Dale, something I forgot to mention. Your measurements of your light with the DQG driver… the stock light’s 3S XPG2s have a higher vF at 1.5A than the single XHP70. Input current in the bone stock light is much higher than in your light because of that difference in voltage, even though the output current is the same.

This is all pretty academic, but according to the technical info page at TaskLED the HBFlex can do 7v-in 15v-out w/ 3A… at 80% efficiency. Reducing the ratio slightly increases efficiency a lot. 18v boosted to 36v at 3A also achieves >92% efficiency. Just barely enough to break your pick-one comfychair. :stuck_out_tongue:

FWIW the HBFlex is 35mm in diameter, so to simply fold it in half would require…. [insert circle math] a driver of ~25mm+. Realistically it wouldn’t work that way because the inductor is large enough to spoil a 25mm layout - plus the bottom side needs space for a spring pad. Not to mention the layout considerations required to get the heat out to the edges of the driver where it can be sinked by the flashight body. I haven’t looked over the specs of the large Cooper inductor, maybe a Coilcraft could be slightly smaller. Meh.

Granted, ~3v input is a whole different ballgame.

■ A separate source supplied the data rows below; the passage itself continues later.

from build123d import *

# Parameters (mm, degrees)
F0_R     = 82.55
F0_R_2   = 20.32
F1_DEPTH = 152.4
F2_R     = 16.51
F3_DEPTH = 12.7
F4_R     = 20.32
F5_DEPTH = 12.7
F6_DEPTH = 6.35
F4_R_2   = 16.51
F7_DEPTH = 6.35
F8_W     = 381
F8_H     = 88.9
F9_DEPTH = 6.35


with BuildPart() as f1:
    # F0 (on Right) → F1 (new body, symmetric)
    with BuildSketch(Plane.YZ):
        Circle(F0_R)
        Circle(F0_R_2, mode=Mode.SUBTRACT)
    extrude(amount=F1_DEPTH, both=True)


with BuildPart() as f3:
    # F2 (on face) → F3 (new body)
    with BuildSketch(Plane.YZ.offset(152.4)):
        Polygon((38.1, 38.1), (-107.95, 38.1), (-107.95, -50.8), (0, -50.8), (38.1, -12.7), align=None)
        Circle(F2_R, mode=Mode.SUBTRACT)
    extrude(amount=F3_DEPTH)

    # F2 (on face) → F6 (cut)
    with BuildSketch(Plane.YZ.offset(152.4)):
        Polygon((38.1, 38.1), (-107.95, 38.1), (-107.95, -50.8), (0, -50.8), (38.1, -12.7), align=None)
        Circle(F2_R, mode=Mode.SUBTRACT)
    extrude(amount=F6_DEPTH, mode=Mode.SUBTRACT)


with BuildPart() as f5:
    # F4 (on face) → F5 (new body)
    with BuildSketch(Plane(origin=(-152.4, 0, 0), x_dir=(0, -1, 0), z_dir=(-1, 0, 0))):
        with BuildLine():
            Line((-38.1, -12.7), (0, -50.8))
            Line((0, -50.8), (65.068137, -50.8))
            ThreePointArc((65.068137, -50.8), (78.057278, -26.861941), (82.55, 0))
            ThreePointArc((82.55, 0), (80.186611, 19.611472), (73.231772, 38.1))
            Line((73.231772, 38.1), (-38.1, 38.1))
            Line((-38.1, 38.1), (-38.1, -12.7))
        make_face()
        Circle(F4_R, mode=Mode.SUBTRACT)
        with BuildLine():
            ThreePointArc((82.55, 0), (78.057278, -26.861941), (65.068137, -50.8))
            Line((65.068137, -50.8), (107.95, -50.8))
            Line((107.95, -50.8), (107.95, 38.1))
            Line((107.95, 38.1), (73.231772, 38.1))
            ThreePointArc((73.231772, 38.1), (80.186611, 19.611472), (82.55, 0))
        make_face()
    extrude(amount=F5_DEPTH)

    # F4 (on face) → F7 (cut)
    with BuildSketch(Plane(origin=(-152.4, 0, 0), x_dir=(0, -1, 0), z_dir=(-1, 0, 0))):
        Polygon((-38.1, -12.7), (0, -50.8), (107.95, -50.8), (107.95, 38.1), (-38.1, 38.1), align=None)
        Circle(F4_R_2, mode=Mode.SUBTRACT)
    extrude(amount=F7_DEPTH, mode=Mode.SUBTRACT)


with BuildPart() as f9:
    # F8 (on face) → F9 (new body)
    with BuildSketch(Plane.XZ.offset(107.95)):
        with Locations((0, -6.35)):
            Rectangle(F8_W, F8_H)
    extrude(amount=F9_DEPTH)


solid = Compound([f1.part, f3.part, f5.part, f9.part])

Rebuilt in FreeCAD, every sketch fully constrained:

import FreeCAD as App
import Part
import Sketcher

V = App.Vector
Q = App.Units.Quantity

doc = App.newDocument("Part")
body = doc.addObject("PartDesign::Body", "Body")

sketch1 = body.newObject("Sketcher::SketchObject", "Sketch")
sketch1.AttachmentSupport = (doc.getObject("YZ_Plane"), [""])
sketch1.MapMode = "FlatFace"
sketch1.addGeometry(Part.Circle(V(0, 0, 0), V(0, 0, 1), 82.55), False)
sketch1.addGeometry(Part.Circle(V(0, 0, 0), V(0, 0, 1), 20.32), False)
sketch1.addConstraint(Sketcher.Constraint("Coincident", 0, 3, -1, 1))
sketch1.addConstraint(Sketcher.Constraint("Coincident", 1, 3, -1, 1))
sketch1.addConstraint(Sketcher.Constraint("Diameter", 0, Q("6.5 in")))
sketch1.addConstraint(Sketcher.Constraint("Diameter", 1, Q("1.6 in")))
pad1 = body.newObject("PartDesign::Pad", "Pad")
pad1.Profile = sketch1
pad1.Length = Q("12 in")
pad1.Midplane = True
body2 = doc.addObject("PartDesign::Body", "Body001")

sketch2 = body2.newObject("Sketcher::SketchObject", "Sketch001")
sketch2.AttachmentSupport = (doc.getObject("YZ_Plane001"), [""])
sketch2.MapMode = "FlatFace"
sketch2.AttachmentOffset = App.Placement(V(0, 0, 6 * 25.4), App.Rotation())
sketch2.addGeometry(Part.LineSegment(V(38.1, 38.1, 0), V(-107.95, 38.1, 0)), False)
sketch2.addGeometry(Part.LineSegment(V(-107.95, 38.1, 0), V(-107.95, -50.8, 0)), False)
sketch2.addGeometry(Part.LineSegment(V(-107.95, -50.8, 0), V(0, -50.8, 0)), False)
sketch2.addGeometry(Part.LineSegment(V(0, -50.8, 0), V(38.1, -12.7, 0)), False)
sketch2.addGeometry(Part.LineSegment(V(38.1, -12.7, 0), V(38.1, 38.1, 0)), False)
sketch2.addGeometry(Part.Circle(V(0, 0, 0), V(0, 0, 1), 16.51), False)
sketch2.addConstraint(Sketcher.Constraint("Coincident", 0, 2, 1, 1))
sketch2.addConstraint(Sketcher.Constraint("Coincident", 1, 2, 2, 1))
sketch2.addConstraint(Sketcher.Constraint("Coincident", 2, 2, 3, 1))
sketch2.addConstraint(Sketcher.Constraint("Coincident", 3, 2, 4, 1))
sketch2.addConstraint(Sketcher.Constraint("Coincident", 4, 2, 0, 1))
sketch2.addConstraint(Sketcher.Constraint("Horizontal", 0))
sketch2.addConstraint(Sketcher.Constraint("Vertical", 1))
sketch2.addConstraint(Sketcher.Constraint("Horizontal", 2))
sketch2.addConstraint(Sketcher.Constraint("Vertical", 4))
sketch2.addConstraint(Sketcher.Constraint("Coincident", 5, 3, -1, 1))
sketch2.addConstraint(Sketcher.Constraint("PointOnObject", 2, 2, -2))
sketch2.addConstraint(Sketcher.Constraint("Diameter", 5, Q("1.3 in")))
sketch2.addConstraint(Sketcher.Constraint("DistanceY", 4, 1, 4, 2, Q("2 in")))
sketch2.addConstraint(Sketcher.Constraint("DistanceY", 1, 2, 1, 1, Q("3.5 in")))
sketch2.addConstraint(Sketcher.Constraint("DistanceY", 1, 2, -1, 1, Q("2 in")))
sketch2.addConstraint(Sketcher.Constraint("Angle", 3, Q("45 deg")))
sketch2.addConstraint(Sketcher.Constraint("DistanceX", 0, 2, 0, 1, Q("5.75 in")))
pad2 = body2.newObject("PartDesign::Pad", "Pad001")
pad2.Profile = sketch2
pad2.Length = Q("0.5 in")

sketch3 = body2.newObject("Sketcher::SketchObject", "Sketch002")
sketch3.AttachmentSupport = (doc.getObject("YZ_Plane001"), [""])
sketch3.MapMode = "FlatFace"
sketch3.AttachmentOffset = App.Placement(V(0, 0, 6 * 25.4), App.Rotation())
sketch3.addGeometry(Part.LineSegment(V(38.1, 38.1, 0), V(-107.95, 38.1, 0)), False)
sketch3.addGeometry(Part.LineSegment(V(-107.95, 38.1, 0), V(-107.95, -50.8, 0)), False)
sketch3.addGeometry(Part.LineSegment(V(-107.95, -50.8, 0), V(0, -50.8, 0)), False)
sketch3.addGeometry(Part.LineSegment(V(0, -50.8, 0), V(38.1, -12.7, 0)), False)
sketch3.addGeometry(Part.LineSegment(V(38.1, -12.7, 0), V(38.1, 38.1, 0)), False)
sketch3.addGeometry(Part.Circle(V(0, 0, 0), V(0, 0, 1), 16.51), False)
sketch3.addConstraint(Sketcher.Constraint("Coincident", 0, 2, 1, 1))
sketch3.addConstraint(Sketcher.Constraint("Coincident", 1, 2, 2, 1))
sketch3.addConstraint(Sketcher.Constraint("Coincident", 2, 2, 3, 1))
sketch3.addConstraint(Sketcher.Constraint("Coincident", 3, 2, 4, 1))
sketch3.addConstraint(Sketcher.Constraint("Coincident", 4, 2, 0, 1))
sketch3.addConstraint(Sketcher.Constraint("Horizontal", 0))
sketch3.addConstraint(Sketcher.Constraint("Vertical", 1))
sketch3.addConstraint(Sketcher.Constraint("Horizontal", 2))
sketch3.addConstraint(Sketcher.Constraint("Vertical", 4))
sketch3.addConstraint(Sketcher.Constraint("Coincident", 5, 3, -1, 1))
sketch3.addConstraint(Sketcher.Constraint("PointOnObject", 2, 2, -2))
sketch3.addConstraint(Sketcher.Constraint("Diameter", 5, Q("1.3 in")))
sketch3.addConstraint(Sketcher.Constraint("DistanceY", 4, 1, 4, 2, Q("2 in")))
sketch3.addConstraint(Sketcher.Constraint("DistanceY", 1, 2, 1, 1, Q("3.5 in")))
sketch3.addConstraint(Sketcher.Constraint("DistanceY", 1, 2, -1, 1, Q("2 in")))
sketch3.addConstraint(Sketcher.Constraint("Angle", 3, Q("45 deg")))
sketch3.addConstraint(Sketcher.Constraint("DistanceX", 0, 2, 0, 1, Q("5.75 in")))
pocket1 = body2.newObject("PartDesign::Pocket", "Pocket")
pocket1.Profile = sketch3
pocket1.Length = Q("0.25 in")
pocket1.Reversed = True
body3 = doc.addObject("PartDesign::Body", "Body002")

sketch4 = body3.newObject("Sketcher::SketchObject", "Sketch003")
sketch4.AttachmentSupport = (doc.getObject("YZ_Plane002"), [""])
sketch4.MapMode = "FlatFace"
sketch4.AttachmentOffset = App.Placement(V(0, 0, -6 * 25.4), App.Rotation())
sketch4.addGeometry(Part.LineSegment(V(38.1, -12.7, 0), V(0, -50.8, 0)), False)
sketch4.addGeometry(Part.LineSegment(V(0, -50.8, 0), V(-107.95, -50.8, 0)), False)
sketch4.addGeometry(Part.LineSegment(V(-107.95, -50.8, 0), V(-107.95, 38.1, 0)), False)
sketch4.addGeometry(Part.LineSegment(V(-107.95, 38.1, 0), V(38.1, 38.1, 0)), False)
sketch4.addGeometry(Part.LineSegment(V(38.1, 38.1, 0), V(38.1, -12.7, 0)), False)
sketch4.addGeometry(Part.Circle(V(0, 0, 0), V(0, 0, 1), 20.32), False)
sketch4.addConstraint(Sketcher.Constraint("Coincident", 0, 2, 1, 1))
sketch4.addConstraint(Sketcher.Constraint("Coincident", 1, 2, 2, 1))
sketch4.addConstraint(Sketcher.Constraint("Coincident", 2, 2, 3, 1))
sketch4.addConstraint(Sketcher.Constraint("Coincident", 3, 2, 4, 1))
sketch4.addConstraint(Sketcher.Constraint("Coincident", 4, 2, 0, 1))
sketch4.addConstraint(Sketcher.Constraint("Horizontal", 1))
sketch4.addConstraint(Sketcher.Constraint("Vertical", 2))
sketch4.addConstraint(Sketcher.Constraint("Horizontal", 3))
sketch4.addConstraint(Sketcher.Constraint("Vertical", 4))
sketch4.addConstraint(Sketcher.Constraint("Coincident", 5, 3, -1, 1))
sketch4.addConstraint(Sketcher.Constraint("PointOnObject", 0, 2, -2))
sketch4.addConstraint(Sketcher.Constraint("Diameter", 5, Q("1.6 in")))
sketch4.addConstraint(Sketcher.Constraint("DistanceY", 4, 2, 4, 1, Q("2 in")))
sketch4.addConstraint(Sketcher.Constraint("DistanceY", 2, 1, 2, 2, Q("3.5 in")))
sketch4.addConstraint(Sketcher.Constraint("DistanceY", 0, 2, -1, 1, Q("2 in")))
sketch4.addConstraint(Sketcher.Constraint("Angle", 0, Q("-135 deg")))
sketch4.addConstraint(Sketcher.Constraint("DistanceX", 1, 2, 1, 1, Q("4.25 in")))
pad3 = body3.newObject("PartDesign::Pad", "Pad002")
pad3.Profile = sketch4
pad3.Length = Q("0.5 in")
pad3.Reversed = True

sketch5 = body3.newObject("Sketcher::SketchObject", "Sketch004")
sketch5.AttachmentSupport = (doc.getObject("YZ_Plane002"), [""])
sketch5.MapMode = "FlatFace"
sketch5.AttachmentOffset = App.Placement(V(0, 0, -6 * 25.4), App.Rotation())
sketch5.addGeometry(Part.LineSegment(V(38.1, -12.7, 0), V(0, -50.8, 0)), False)
sketch5.addGeometry(Part.LineSegment(V(0, -50.8, 0), V(-107.95, -50.8, 0)), False)
sketch5.addGeometry(Part.LineSegment(V(-107.95, -50.8, 0), V(-107.95, 38.1, 0)), False)
sketch5.addGeometry(Part.LineSegment(V(-107.95, 38.1, 0), V(38.1, 38.1, 0)), False)
sketch5.addGeometry(Part.LineSegment(V(38.1, 38.1, 0), V(38.1, -12.7, 0)), False)
sketch5.addGeometry(Part.Circle(V(0, 0, 0), V(0, 0, 1), 16.51), False)
sketch5.addConstraint(Sketcher.Constraint("Coincident", 0, 2, 1, 1))
sketch5.addConstraint(Sketcher.Constraint("Coincident", 1, 2, 2, 1))
sketch5.addConstraint(Sketcher.Constraint("Coincident", 2, 2, 3, 1))
sketch5.addConstraint(Sketcher.Constraint("Coincident", 3, 2, 4, 1))
sketch5.addConstraint(Sketcher.Constraint("Coincident", 4, 2, 0, 1))
sketch5.addConstraint(Sketcher.Constraint("Horizontal", 1))
sketch5.addConstraint(Sketcher.Constraint("Vertical", 2))
sketch5.addConstraint(Sketcher.Constraint("Horizontal", 3))
sketch5.addConstraint(Sketcher.Constraint("Vertical", 4))
sketch5.addConstraint(Sketcher.Constraint("Coincident", 5, 3, -1, 1))
sketch5.addConstraint(Sketcher.Constraint("PointOnObject", 0, 2, -2))
sketch5.addConstraint(Sketcher.Constraint("Diameter", 5, Q("1.3 in")))
sketch5.addConstraint(Sketcher.Constraint("DistanceY", 4, 2, 4, 1, Q("2 in")))
sketch5.addConstraint(Sketcher.Constraint("DistanceY", 2, 1, 2, 2, Q("3.5 in")))
sketch5.addConstraint(Sketcher.Constraint("DistanceY", 0, 2, -1, 1, Q("2 in")))
sketch5.addConstraint(Sketcher.Constraint("Angle", 0, Q("-135 deg")))
sketch5.addConstraint(Sketcher.Constraint("DistanceX", 1, 2, 1, 1, Q("4.25 in")))
pocket2 = body3.newObject("PartDesign::Pocket", "Pocket001")
pocket2.Profile = sketch5
pocket2.Length = Q("0.25 in")
body4 = doc.addObject("PartDesign::Body", "Body003")

sketch6 = body4.newObject("Sketcher::SketchObject", "Sketch005")
sketch6.AttachmentSupport = (doc.getObject("XZ_Plane003"), [""])
sketch6.MapMode = "FlatFace"
sketch6.AttachmentOffset = App.Placement(V(0, 0, 4.25 * 25.4), App.Rotation())
sketch6.addGeometry(Part.LineSegment(V(-190.5, 38.1, 0), V(-190.5, -50.8, 0)), False)
sketch6.addGeometry(Part.LineSegment(V(-190.5, -50.8, 0), V(190.5, -50.8, 0)), False)
sketch6.addGeometry(Part.LineSegment(V(190.5, -50.8, 0), V(190.5, 38.1, 0)), False)
sketch6.addGeometry(Part.LineSegment(V(190.5, 38.1, 0), V(-190.5, 38.1, 0)), False)
sketch6.addConstraint(Sketcher.Constraint("Coincident", 0, 2, 1, 1))
sketch6.addConstraint(Sketcher.Constraint("Coincident", 1, 2, 2, 1))
sketch6.addConstraint(Sketcher.Constraint("Coincident", 2, 2, 3, 1))
sketch6.addConstraint(Sketcher.Constraint("Coincident", 3, 2, 0, 1))
sketch6.addConstraint(Sketcher.Constraint("Vertical", 0))
sketch6.addConstraint(Sketcher.Constraint("Horizontal", 1))
sketch6.addConstraint(Sketcher.Constraint("Vertical", 2))
sketch6.addConstraint(Sketcher.Constraint("Horizontal", 3))
sketch6.addConstraint(Sketcher.Constraint("DistanceX", 1, 1, 1, 2, Q("15 in")))
sketch6.addConstraint(Sketcher.Constraint("DistanceY", 0, 2, 0, 1, Q("3.5 in")))
sketch6.addConstraint(Sketcher.Constraint("DistanceY", 0, 2, -1, 1, Q("2 in")))
sketch6.addConstraint(Sketcher.Constraint("DistanceX", 0, 2, -1, 1, Q("7.5 in")))
pad4 = body4.newObject("PartDesign::Pad", "Pad003")
pad4.Profile = sketch6
pad4.Length = Q("0.25 in")

doc.recompute()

I’m not recommending that any doubters go try and build a high-current boost driver. All I am saying is that unilaterally poo-pooing boost drivers won’t do anyone any good. Newbies are still going to have tons of false impressions of what a boost driver could do for them until they they read up on why it’s not going to work the way they think. Anyone who already has the know-how to develop one doesn’t need to be told the limitations. For my own part I’m in no hurry to try and develop a small, high current boost driver which can operate on 1s.